Which leads me to ask yet again, how do you know where the horizon is? How far away is it? Every time Rowbotham uses his explanation of perspective to explain the horizon or the effects thereon, he draws something like this:

See where the red upward sloping line ends and the blue flat line begins. That point is H. The horizon. How far away is that? If the red sloping line is always ends at eye-level and that's the edge beyond which all else converges beyond it on a flat plane coincident with eye level, that that ought to be calculate-able. Sure, it might be obscured by haze or fog or mist or smoke or smog or ash, but at some point you've got to be able to say "ah, there it is. It's the horizon and it's not rising anymore."

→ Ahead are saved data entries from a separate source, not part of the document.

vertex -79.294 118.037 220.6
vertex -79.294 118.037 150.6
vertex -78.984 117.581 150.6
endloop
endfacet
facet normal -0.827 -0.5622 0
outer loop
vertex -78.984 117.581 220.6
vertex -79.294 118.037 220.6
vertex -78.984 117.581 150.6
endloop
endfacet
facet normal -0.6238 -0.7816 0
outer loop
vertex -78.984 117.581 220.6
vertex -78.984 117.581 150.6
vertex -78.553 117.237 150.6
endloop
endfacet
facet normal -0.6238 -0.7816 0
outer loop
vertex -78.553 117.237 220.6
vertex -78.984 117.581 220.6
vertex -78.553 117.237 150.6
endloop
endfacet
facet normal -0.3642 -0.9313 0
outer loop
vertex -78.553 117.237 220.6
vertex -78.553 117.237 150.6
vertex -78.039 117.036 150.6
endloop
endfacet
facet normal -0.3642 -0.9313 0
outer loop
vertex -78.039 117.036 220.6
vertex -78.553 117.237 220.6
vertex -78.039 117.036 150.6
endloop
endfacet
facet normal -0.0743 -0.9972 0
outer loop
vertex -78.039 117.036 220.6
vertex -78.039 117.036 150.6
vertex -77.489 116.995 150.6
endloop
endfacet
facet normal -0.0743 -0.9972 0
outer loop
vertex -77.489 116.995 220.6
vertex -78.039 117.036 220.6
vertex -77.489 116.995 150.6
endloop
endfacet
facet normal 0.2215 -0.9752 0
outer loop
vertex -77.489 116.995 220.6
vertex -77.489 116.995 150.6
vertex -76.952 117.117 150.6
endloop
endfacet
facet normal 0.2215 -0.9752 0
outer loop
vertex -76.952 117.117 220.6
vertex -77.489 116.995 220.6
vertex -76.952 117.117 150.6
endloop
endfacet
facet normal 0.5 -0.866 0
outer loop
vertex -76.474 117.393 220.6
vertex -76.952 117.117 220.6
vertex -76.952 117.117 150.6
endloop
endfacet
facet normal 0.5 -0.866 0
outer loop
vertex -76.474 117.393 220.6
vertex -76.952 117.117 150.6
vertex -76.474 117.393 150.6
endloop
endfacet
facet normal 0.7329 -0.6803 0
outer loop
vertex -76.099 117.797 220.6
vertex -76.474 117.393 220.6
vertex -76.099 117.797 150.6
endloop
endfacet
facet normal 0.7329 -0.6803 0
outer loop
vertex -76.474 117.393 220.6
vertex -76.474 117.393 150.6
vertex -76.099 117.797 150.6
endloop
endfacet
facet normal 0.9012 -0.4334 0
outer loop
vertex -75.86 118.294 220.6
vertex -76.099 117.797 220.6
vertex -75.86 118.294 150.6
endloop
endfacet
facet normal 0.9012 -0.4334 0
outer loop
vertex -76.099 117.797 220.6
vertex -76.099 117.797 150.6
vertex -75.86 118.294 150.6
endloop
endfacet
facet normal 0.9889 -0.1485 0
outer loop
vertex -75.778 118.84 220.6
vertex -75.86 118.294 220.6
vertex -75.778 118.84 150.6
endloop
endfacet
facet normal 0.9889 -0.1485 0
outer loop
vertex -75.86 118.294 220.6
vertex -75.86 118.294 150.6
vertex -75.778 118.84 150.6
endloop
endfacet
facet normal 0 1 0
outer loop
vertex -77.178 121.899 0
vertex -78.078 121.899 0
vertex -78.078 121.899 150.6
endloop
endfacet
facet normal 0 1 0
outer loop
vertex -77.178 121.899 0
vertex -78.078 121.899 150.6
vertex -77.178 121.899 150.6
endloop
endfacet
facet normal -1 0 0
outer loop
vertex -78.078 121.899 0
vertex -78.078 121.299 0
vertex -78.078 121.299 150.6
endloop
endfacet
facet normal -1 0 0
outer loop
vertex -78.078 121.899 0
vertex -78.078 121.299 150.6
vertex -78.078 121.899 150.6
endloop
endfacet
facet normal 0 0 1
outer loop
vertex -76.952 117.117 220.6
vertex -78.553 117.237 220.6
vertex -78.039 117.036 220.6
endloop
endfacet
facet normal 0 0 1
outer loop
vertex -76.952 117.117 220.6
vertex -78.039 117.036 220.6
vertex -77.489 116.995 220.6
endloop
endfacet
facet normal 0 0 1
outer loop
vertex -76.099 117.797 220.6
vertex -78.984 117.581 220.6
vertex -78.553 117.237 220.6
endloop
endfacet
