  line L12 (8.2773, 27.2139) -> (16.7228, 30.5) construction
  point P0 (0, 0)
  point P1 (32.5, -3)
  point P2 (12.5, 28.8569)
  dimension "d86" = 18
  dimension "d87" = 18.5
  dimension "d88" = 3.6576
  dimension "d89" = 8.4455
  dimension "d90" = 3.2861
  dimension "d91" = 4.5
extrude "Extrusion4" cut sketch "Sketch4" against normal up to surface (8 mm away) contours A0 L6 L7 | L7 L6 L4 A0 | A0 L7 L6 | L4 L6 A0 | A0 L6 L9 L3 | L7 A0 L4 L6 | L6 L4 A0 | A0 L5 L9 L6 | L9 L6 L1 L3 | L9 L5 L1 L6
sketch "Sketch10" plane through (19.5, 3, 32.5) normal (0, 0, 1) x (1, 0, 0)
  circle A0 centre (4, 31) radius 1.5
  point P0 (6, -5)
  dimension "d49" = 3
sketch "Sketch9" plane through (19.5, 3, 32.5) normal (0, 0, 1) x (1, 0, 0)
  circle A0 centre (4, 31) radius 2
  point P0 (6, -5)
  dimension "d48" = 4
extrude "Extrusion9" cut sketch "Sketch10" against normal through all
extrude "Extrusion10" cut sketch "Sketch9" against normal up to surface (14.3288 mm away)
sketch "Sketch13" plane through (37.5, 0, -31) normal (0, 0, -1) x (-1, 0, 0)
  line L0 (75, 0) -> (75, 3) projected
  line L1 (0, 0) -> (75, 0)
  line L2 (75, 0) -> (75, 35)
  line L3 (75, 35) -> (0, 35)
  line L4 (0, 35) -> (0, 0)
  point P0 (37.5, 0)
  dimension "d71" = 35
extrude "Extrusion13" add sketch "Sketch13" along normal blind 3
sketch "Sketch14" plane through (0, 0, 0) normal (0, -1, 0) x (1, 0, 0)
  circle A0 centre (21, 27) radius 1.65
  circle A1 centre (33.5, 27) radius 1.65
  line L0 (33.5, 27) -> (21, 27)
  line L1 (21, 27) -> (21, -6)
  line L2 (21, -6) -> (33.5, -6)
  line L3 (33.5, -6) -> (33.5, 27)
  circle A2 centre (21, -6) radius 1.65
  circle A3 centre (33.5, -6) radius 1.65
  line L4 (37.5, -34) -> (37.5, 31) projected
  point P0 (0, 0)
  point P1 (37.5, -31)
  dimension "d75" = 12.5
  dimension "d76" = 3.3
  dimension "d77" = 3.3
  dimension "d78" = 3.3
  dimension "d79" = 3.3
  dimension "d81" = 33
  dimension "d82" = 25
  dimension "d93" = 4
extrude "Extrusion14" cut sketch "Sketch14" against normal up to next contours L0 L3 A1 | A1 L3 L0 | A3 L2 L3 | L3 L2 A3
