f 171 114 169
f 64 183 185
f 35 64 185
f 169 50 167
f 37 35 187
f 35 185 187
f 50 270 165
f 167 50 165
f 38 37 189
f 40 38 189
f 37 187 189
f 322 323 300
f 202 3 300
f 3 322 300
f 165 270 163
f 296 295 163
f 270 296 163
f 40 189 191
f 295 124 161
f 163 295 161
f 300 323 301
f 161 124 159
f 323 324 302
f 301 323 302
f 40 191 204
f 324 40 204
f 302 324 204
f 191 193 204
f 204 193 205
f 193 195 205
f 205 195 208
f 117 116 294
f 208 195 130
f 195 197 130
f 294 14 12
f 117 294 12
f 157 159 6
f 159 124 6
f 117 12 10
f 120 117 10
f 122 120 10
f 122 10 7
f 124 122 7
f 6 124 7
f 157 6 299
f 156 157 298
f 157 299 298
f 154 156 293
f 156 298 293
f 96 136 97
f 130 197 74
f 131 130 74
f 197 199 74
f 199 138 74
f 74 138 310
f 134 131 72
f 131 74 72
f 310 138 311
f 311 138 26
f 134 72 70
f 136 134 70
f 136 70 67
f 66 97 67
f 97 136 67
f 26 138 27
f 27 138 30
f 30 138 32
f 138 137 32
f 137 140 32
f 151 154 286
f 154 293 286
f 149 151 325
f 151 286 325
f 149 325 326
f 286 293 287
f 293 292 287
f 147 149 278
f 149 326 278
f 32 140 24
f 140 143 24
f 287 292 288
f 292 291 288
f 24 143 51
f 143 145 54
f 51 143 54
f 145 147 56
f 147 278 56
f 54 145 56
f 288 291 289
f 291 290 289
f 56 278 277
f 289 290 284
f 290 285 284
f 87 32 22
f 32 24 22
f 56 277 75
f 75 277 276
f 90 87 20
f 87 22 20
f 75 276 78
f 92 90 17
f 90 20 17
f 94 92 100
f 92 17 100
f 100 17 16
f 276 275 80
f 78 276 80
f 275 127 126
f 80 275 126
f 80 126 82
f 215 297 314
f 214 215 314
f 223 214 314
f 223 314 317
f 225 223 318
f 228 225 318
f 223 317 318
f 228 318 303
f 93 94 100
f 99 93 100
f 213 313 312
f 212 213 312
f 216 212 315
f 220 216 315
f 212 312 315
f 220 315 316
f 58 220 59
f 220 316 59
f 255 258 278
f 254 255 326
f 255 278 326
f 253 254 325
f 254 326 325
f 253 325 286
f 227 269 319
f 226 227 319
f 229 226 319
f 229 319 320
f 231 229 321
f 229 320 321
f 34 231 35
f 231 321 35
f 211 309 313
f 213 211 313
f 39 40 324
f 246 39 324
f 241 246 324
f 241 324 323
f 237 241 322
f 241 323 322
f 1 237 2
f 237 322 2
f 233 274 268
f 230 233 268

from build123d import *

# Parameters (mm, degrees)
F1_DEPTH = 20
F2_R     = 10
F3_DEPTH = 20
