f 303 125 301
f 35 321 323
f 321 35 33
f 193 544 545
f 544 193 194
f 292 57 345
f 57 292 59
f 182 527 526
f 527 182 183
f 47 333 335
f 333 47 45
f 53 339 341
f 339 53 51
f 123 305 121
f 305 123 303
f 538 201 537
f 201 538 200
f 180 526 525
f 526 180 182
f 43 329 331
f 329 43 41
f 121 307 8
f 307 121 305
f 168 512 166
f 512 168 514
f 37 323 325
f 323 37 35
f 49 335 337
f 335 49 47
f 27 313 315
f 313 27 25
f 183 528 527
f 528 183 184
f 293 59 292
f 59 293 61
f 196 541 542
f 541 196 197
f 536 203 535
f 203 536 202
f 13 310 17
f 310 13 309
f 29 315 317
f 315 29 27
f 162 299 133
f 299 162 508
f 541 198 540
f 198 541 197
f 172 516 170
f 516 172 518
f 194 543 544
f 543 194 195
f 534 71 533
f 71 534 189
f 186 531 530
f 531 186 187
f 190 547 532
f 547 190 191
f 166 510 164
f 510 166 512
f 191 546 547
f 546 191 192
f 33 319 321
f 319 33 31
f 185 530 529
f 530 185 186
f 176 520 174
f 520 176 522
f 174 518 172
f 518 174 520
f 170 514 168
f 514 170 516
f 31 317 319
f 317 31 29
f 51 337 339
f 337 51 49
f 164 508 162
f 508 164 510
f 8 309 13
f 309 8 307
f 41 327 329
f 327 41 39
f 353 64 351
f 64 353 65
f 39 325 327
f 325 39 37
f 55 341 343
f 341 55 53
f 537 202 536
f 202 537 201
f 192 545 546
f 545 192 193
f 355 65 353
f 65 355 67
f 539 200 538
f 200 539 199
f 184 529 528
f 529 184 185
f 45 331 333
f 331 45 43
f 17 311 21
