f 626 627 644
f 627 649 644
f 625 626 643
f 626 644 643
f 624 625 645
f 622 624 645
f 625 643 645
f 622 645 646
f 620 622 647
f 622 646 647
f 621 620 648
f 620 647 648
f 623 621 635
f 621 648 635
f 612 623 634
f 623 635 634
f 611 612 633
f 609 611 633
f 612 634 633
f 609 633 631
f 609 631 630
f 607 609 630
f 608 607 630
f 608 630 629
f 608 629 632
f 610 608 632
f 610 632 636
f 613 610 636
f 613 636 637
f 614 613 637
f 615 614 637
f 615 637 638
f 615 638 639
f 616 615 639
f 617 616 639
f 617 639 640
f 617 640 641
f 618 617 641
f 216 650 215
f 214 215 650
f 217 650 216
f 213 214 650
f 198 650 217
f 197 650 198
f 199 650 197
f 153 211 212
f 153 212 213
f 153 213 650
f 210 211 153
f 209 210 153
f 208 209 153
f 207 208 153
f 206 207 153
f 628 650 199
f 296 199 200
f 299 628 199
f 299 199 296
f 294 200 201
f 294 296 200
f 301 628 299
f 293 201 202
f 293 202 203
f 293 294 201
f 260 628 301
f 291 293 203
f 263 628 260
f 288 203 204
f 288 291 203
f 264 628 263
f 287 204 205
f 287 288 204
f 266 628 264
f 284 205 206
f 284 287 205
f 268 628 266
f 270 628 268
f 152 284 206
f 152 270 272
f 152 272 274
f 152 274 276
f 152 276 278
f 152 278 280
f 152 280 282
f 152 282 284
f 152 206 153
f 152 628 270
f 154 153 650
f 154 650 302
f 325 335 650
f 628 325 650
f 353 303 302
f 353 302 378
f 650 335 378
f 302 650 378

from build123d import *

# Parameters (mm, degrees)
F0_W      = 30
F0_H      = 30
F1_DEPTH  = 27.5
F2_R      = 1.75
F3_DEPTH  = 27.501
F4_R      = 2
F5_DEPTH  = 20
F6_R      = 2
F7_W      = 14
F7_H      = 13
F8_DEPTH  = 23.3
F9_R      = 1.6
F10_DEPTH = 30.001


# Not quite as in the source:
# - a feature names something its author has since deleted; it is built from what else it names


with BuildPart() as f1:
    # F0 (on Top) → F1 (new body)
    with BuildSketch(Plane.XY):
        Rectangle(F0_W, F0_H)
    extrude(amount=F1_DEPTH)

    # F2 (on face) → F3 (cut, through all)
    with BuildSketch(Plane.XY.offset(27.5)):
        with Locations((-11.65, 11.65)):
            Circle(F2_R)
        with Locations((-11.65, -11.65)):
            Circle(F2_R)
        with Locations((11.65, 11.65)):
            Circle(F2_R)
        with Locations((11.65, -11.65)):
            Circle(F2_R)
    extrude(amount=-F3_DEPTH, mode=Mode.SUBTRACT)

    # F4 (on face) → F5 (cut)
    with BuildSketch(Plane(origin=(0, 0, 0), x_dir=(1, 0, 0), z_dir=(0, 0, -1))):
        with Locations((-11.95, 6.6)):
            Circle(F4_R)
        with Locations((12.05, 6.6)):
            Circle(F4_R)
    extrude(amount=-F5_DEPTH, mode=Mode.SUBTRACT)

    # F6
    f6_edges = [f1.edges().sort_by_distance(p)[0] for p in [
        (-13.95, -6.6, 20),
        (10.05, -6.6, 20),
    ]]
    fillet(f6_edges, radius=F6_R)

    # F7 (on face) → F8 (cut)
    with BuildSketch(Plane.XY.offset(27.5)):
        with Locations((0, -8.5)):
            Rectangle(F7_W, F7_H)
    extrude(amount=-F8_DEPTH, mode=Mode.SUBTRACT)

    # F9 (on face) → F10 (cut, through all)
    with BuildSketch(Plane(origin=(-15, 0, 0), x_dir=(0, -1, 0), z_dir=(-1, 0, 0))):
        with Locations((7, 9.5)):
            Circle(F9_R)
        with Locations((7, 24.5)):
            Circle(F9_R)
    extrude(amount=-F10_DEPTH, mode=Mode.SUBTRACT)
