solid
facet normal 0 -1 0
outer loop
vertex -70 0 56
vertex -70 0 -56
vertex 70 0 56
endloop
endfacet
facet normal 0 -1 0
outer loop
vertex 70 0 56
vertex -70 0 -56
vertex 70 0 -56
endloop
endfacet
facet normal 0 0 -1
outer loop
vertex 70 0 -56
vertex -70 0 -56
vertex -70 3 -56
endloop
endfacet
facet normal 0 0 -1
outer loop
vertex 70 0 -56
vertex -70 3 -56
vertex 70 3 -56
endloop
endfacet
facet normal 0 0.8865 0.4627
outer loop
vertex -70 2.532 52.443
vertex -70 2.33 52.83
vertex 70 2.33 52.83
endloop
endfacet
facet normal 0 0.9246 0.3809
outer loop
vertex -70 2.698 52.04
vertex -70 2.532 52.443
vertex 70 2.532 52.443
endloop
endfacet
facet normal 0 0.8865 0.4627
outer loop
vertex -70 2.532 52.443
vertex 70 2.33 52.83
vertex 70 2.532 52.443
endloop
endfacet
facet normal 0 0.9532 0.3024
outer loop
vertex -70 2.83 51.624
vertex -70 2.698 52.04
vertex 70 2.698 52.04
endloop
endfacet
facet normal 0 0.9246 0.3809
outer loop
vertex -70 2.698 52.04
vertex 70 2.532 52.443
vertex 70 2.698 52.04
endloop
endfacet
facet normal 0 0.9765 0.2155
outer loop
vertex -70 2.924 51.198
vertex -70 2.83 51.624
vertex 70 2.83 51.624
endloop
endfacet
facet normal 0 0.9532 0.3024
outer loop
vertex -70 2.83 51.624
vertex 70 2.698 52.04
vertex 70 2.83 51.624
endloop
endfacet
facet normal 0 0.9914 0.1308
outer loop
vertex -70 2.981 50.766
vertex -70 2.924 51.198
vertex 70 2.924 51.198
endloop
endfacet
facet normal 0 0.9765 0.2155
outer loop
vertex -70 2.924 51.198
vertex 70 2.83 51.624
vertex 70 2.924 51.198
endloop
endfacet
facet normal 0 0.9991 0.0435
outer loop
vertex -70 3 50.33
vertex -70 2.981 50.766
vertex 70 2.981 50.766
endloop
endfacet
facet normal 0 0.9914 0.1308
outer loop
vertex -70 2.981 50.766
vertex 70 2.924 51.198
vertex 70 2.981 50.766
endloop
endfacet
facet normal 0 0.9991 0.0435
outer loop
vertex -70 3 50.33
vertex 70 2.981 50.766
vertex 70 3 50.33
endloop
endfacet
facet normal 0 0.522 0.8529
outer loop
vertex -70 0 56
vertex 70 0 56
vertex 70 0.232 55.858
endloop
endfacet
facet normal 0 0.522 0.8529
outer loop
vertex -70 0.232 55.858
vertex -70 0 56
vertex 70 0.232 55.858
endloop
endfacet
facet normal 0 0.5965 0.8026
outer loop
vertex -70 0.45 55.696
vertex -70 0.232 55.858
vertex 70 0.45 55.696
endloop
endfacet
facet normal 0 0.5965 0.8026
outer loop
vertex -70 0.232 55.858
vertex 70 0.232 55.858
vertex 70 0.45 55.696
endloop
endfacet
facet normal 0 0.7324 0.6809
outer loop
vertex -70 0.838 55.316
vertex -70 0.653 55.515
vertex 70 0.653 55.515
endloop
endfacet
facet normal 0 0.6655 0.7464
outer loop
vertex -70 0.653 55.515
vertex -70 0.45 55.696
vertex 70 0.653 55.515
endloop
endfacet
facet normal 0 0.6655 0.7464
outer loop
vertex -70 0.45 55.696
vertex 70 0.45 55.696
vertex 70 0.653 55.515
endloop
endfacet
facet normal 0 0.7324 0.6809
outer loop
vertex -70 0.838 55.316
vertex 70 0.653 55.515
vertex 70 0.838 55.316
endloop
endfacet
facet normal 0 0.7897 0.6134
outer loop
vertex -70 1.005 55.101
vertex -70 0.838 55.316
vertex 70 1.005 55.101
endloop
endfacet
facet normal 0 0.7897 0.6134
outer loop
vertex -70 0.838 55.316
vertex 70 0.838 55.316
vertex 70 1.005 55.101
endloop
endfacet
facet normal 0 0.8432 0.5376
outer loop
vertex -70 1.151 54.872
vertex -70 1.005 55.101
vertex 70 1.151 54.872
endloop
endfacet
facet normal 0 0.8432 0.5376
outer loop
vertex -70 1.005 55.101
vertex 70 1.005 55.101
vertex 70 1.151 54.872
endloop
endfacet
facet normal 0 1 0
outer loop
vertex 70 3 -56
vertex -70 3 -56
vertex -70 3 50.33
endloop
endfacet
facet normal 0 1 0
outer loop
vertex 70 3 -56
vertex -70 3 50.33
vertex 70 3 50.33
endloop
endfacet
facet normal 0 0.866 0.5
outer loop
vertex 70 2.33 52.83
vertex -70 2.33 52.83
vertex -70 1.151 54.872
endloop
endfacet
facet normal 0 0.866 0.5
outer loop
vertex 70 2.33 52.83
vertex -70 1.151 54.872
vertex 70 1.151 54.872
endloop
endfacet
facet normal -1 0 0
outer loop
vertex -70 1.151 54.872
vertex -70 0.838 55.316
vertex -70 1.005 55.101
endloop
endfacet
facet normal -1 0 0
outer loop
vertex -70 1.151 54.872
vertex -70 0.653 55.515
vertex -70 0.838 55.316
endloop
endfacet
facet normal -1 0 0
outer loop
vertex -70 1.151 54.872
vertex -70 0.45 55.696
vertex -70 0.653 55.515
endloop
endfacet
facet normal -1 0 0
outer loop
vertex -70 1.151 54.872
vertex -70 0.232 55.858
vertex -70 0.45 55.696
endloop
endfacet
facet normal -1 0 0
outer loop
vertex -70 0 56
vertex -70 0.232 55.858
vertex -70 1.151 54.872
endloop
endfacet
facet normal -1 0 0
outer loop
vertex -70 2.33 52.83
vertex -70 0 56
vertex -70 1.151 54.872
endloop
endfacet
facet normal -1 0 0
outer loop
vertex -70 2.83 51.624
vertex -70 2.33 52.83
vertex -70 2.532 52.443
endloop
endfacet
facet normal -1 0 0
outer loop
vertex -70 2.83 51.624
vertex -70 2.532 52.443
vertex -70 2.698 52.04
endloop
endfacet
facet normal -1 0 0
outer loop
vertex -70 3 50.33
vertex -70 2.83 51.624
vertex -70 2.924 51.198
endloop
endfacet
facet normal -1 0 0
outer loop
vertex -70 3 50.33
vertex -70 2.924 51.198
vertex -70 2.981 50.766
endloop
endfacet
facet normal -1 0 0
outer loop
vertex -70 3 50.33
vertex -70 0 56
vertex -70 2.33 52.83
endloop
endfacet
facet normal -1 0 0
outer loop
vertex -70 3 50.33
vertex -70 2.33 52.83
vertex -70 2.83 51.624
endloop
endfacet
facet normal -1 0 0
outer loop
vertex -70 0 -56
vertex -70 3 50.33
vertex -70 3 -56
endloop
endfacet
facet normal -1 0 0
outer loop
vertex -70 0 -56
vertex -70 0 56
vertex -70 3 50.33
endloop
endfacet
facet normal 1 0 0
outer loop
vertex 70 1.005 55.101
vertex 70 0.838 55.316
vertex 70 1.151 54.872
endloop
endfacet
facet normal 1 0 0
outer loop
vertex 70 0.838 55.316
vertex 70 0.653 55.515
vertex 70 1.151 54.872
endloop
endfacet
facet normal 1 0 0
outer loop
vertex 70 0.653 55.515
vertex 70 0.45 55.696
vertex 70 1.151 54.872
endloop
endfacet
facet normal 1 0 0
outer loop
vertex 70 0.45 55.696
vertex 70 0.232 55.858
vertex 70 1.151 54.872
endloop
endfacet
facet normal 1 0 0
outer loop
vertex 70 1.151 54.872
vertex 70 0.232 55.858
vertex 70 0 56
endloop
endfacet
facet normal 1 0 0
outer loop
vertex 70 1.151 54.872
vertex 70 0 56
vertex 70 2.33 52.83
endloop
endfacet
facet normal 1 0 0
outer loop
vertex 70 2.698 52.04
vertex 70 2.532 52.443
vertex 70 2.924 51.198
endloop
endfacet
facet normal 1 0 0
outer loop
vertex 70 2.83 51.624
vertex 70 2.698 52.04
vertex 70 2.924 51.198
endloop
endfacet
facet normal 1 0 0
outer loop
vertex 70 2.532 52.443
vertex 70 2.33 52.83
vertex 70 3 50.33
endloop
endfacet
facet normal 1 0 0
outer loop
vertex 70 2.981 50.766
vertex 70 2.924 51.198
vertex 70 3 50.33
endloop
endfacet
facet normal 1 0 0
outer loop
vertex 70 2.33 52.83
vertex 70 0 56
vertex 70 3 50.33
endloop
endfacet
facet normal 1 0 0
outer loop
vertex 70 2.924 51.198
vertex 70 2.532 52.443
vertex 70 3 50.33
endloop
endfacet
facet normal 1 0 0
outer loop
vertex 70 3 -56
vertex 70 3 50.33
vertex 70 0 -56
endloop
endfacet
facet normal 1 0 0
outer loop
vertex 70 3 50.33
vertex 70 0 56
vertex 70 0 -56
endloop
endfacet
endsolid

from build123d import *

# Parameters (mm, degrees)
SKETCH_1_W      = 140
SKETCH_1_H      = 112
EXTRUDE_1_DEPTH = 3
CHAMFER_1_SIZE  = 2.5
CHAMFER_1_SIZE2 = 4.330127019
FILLET_1_R      = 5
FILLET_2_R      = 3


with BuildPart() as part:
    # Эскиз1 → Бобышка-Вытянуть1 (new body)
    with BuildSketch(Plane(origin=(0, 0, 0), x_dir=(1, 0, 0), z_dir=(0, 1, 0))):
        Rectangle(SKETCH_1_W, SKETCH_1_H)
    extrude(amount=EXTRUDE_1_DEPTH)

    # Фаска1
    chamfer_1_edges = [part.edges().sort_by_distance(p)[0] for p in [
        (0, 3, 56),
    ]]
    chamfer_1_side = [part.faces().sort_by_distance(p)[0] for p in [
        (0, 1.5, 56),
    ]]
    chamfer(chamfer_1_edges, length=CHAMFER_1_SIZE, length2=CHAMFER_1_SIZE2, reference=chamfer_1_side[0])

    # Скругление1
    fillet_1_edges = [part.edges().sort_by_distance(p)[0] for p in [
        (0, 3, 51.669872981),
    ]]
    fillet(fillet_1_edges, radius=FILLET_1_R)

    # Скругление2
    # the kernel refuses this fillet: 3 mm, written as the material it takes off along each edge
    with BuildSketch(Plane(origin=(73.256507609, 0.5, 56), x_dir=(0, 0.49999999999999795, -0.8660254037844398), z_dir=(-1, 0, 0))) as fillet_2_piece_1:
        with BuildLine():
            CenterArc((1.302603044, 3), FILLET_2_R, 238.832994719, 31.167005281)
            Line((-0.25, 0.433012702), (-0.281052061, 0.381672956))
            ThreePointArc((-0.281052061, 0.381672956), (-0.176961524, 0.186506351), (-0.051961524, -0.03))
            Line((-0.051961524, -0.03), (0, -0.06))
            Line((0, -0.06), (1.302603044, -0.06))
            Line((1.302603044, -0.06), (1.302603044, 0))
        make_face()
    extrude(amount=146.513015219, mode=Mode.SUBTRACT)


solid = part.part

Where is that? How can you identify it. It's it totally subjective, like, if it's not at eye level then it must not be the horizon? (That would be quite circular and self-referential.)

Please, explain this. It's not clear to me at all from EnaG. (I did work out what I think might be the formula, based on the minimum angle Rowbotham said the eye can perceive, but I'm not sure and it didn't receive any response.)

[Tontogary]

So then if we can NEVER see a horizon, (because it is not at eye level, ever) how do people successfully calculate their position using the sun and stars at sea?

If there is not a clear horizon then we cannot take the altitude of the sun or stars to make our calculations.

Now if you know how how we do it, i would love to know what i have been doing wrong for the last 33 years.
Maybe you will enlighten me?

At altitudes near sea level where the earth's horizon is sharp, it may be at eye level per Earth Not a Globe's explanation of finite perspective lines. This has not been disproven.

We know that from an international flight the horizon is just a foggy mess.

At various other altitudes and atmospheric conditions, the situation is less clear; but you may keep trying. I can see in that video that it is not the clearest day.

Not good enough, sorry.

When measuring the altitude of a star, or sun or any other body we use for navigation, we dont do so from the sea level. We do it from the bridge of the ship, 30 40 or more metres up from the sea level.

40 metres up is over 130 feet to those who use out of date units.

The angle of dip at that height is 11.1 arc minutes. We need to account for this.

When taking a celestial observation we do it to the nearest 0.1 arc minute, as when we plot the position line, every arc minute in error is 1 mile in error.

Now supposing i take 3 star sights, and I have allowed for 11.1 arc minutes for correction of the observation due to dip, and it does not exist. EACH of my observations is now in error by over 11 miles, which can give me a 20 to 30 mile error in my final position.

Yet when i make the correct calculations ALLOWING for the dip of the horizon i can get a good accurate position. How is that Tom? Please explain it to me?

If the horizon is vague and hard to determine, then no one will be will be able to take accurate celestial (astronomical) observations. Every position found by astronomical observation, will be in error In proportion to the height that the observations were made.

This has never been documented.

[Bobby Shafto]

I can see in that video that it is not the clearest day.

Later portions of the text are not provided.